What confused me is that generally, I think I see languages without the accusative like here for instance:
_Je ne parle pas anglais/allemand/français. *İngilizce/Almanca/Fransızca* konuşmuyorum._


----------



## Rallino

If the direct object is in the immediate vicinity of the verb, nominative can be used. But if you put any other word in between, accusative is mandatory.

_Türkçe konuşuyorum._ but _Türkçe*yi* iyi/kötü/güçlükle konuşuyorum._


----------



## DearPrudence

Wow, thanks! Please don't tell me that Turkish has as many exceptions as French!! :-o


----------



## Rallino

I don't think it does. Don't worry.


----------



## Smeros

DearPrudence said:


> Hi everyone,
> 
> Preparing my short business trip to Istanbul with my more than basic Turkish.
> I would like to check how to say "*I hardly speak Turkish*" (je parle à peine turc).
> My phrasebook gives:
> *"Türkçeyi güçlükle konuşabiliyorum"*
> but shouldn't it be "türkçe"?
> Is it good or is there a better wording?
> 
> Yardımınız için teşekkürler



Your wording is great.

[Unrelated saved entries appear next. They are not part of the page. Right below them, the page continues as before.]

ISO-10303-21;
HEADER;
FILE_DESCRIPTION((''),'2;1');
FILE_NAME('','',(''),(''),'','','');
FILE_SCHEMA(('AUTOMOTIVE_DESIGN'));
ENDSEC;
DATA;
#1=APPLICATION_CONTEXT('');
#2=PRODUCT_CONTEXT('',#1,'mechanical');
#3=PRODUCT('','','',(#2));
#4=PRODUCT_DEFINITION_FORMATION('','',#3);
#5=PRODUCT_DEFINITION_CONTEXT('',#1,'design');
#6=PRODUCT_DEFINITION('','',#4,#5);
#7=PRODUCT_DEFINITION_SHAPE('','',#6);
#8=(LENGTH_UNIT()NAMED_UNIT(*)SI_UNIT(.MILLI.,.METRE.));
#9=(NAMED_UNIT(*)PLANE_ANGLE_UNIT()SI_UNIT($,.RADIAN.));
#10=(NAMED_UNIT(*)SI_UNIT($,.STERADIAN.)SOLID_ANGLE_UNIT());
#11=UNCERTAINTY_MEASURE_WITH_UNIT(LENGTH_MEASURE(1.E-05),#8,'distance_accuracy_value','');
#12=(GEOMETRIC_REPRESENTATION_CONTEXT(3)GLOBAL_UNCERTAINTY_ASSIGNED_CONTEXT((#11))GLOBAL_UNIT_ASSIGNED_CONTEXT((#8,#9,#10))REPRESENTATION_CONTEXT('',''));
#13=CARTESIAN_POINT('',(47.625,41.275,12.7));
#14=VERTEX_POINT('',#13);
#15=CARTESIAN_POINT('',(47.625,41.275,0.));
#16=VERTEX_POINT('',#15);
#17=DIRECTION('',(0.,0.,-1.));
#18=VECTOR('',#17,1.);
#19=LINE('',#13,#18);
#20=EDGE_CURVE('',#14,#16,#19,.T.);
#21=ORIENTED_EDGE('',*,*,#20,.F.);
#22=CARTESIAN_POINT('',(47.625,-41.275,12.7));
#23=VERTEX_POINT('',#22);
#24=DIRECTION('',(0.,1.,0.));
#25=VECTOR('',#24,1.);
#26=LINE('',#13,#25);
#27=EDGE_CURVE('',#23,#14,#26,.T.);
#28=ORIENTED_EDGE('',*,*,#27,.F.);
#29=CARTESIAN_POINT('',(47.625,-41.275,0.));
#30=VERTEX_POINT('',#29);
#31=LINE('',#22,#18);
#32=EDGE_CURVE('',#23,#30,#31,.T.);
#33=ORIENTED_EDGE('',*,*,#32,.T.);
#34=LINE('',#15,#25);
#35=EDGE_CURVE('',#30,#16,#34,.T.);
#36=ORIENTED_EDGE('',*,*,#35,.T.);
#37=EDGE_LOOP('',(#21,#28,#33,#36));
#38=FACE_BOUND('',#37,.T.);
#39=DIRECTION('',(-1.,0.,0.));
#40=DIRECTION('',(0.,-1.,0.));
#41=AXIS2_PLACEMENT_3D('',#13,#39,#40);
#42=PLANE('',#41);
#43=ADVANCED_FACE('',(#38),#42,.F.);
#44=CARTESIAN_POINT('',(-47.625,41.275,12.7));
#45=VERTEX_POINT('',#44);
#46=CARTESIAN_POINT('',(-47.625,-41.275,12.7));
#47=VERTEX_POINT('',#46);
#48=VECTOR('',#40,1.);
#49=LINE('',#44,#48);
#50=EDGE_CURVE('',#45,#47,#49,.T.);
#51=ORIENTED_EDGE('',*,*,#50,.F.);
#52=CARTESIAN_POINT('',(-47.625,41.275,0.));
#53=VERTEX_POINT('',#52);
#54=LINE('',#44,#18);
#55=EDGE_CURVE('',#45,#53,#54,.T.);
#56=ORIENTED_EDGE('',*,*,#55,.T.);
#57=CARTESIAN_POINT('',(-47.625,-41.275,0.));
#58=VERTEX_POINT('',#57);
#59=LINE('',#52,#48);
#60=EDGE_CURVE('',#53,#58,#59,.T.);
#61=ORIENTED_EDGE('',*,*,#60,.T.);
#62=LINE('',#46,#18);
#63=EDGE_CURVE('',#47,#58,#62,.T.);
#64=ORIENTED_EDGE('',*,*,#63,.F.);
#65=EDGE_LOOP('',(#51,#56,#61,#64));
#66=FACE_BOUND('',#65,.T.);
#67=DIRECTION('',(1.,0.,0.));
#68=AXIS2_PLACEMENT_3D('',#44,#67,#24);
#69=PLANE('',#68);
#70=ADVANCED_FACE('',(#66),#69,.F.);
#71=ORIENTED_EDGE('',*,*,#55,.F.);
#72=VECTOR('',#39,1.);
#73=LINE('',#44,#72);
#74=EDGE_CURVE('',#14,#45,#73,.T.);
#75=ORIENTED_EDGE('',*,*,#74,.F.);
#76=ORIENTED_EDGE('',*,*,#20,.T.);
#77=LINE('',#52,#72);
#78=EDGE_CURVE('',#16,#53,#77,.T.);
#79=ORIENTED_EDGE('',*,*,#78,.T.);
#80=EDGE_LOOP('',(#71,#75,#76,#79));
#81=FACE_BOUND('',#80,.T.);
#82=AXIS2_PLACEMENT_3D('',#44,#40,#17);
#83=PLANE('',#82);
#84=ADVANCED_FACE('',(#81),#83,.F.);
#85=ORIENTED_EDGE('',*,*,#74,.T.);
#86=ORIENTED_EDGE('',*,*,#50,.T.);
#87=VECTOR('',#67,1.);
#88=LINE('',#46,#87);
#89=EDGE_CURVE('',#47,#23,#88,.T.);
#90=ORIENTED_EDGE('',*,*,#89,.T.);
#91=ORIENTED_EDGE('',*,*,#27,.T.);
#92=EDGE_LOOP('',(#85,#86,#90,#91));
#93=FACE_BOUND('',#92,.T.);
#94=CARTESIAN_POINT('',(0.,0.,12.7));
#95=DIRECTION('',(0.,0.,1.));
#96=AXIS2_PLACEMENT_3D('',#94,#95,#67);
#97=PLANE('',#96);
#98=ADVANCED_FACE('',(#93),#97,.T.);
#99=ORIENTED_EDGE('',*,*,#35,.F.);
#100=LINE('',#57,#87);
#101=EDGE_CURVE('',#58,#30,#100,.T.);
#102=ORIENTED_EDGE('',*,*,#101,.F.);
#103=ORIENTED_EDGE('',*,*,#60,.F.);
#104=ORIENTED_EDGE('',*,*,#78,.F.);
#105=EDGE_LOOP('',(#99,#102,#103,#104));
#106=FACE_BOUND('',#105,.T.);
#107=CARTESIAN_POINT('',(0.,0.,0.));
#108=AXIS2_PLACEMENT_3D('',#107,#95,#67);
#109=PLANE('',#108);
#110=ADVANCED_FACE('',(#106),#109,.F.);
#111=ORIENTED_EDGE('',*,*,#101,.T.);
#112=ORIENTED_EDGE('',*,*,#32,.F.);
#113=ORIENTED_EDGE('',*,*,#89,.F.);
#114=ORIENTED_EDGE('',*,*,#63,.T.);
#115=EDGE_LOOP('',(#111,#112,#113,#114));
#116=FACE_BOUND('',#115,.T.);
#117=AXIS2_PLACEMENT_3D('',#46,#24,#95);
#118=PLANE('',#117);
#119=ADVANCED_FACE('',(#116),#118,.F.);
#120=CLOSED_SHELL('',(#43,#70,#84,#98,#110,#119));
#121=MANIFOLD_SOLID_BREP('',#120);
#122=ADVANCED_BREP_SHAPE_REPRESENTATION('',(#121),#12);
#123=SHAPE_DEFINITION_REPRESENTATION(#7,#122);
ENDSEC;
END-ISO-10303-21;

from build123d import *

# Parameters (mm, degrees)
ESQUISSE1_W        = 95.25
ESQUISSE1_H        = 82.55
BOSS_EXTRU_1_DEPTH = 12.7


with BuildPart() as part:
    # Esquisse1 → Boss.-Extru.1 (new body)
    with BuildSketch(Plane.XY):
        Rectangle(ESQUISSE1_W, ESQUISSE1_H)
    extrude(amount=BOSS_EXTRU_1_DEPTH)


solid = part.part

Really great.


----------



## definator

DearPrudence said:


> Hi everyone,
> 
> Preparing my short business trip to Istanbul with my more than basic Turkish.
> I would like to check how to say "*I hardly speak Turkish*" (je parle à peine turc).
> My phrasebook gives:
> *"Türkçeyi güçlükle konuşabiliyorum"*
> but shouldn't it be "türkçe"?
> Is it good or is there a better wording?
> 
> Yardımınız için teşekkürler



We don't use like that. The general way to say that; "Az Türkçe biliyorum" or "Türkçe'yi çok az biliyorum". If you say "Türkçe'yi güçlükle konuşabiliyorum." It means like something prevent you to speak Turkish. But if you use that way, they would understand you anyway  because you are a foreigner. But like I said we don't use like that.

In Turkish, We don't say "İngilizce konuşur musun?" We say "İngilizce biliyor musun?"


----------



## DearPrudence

Thanks, definator.
Phrase books don't always say the same, so it's always quite confusing.


----------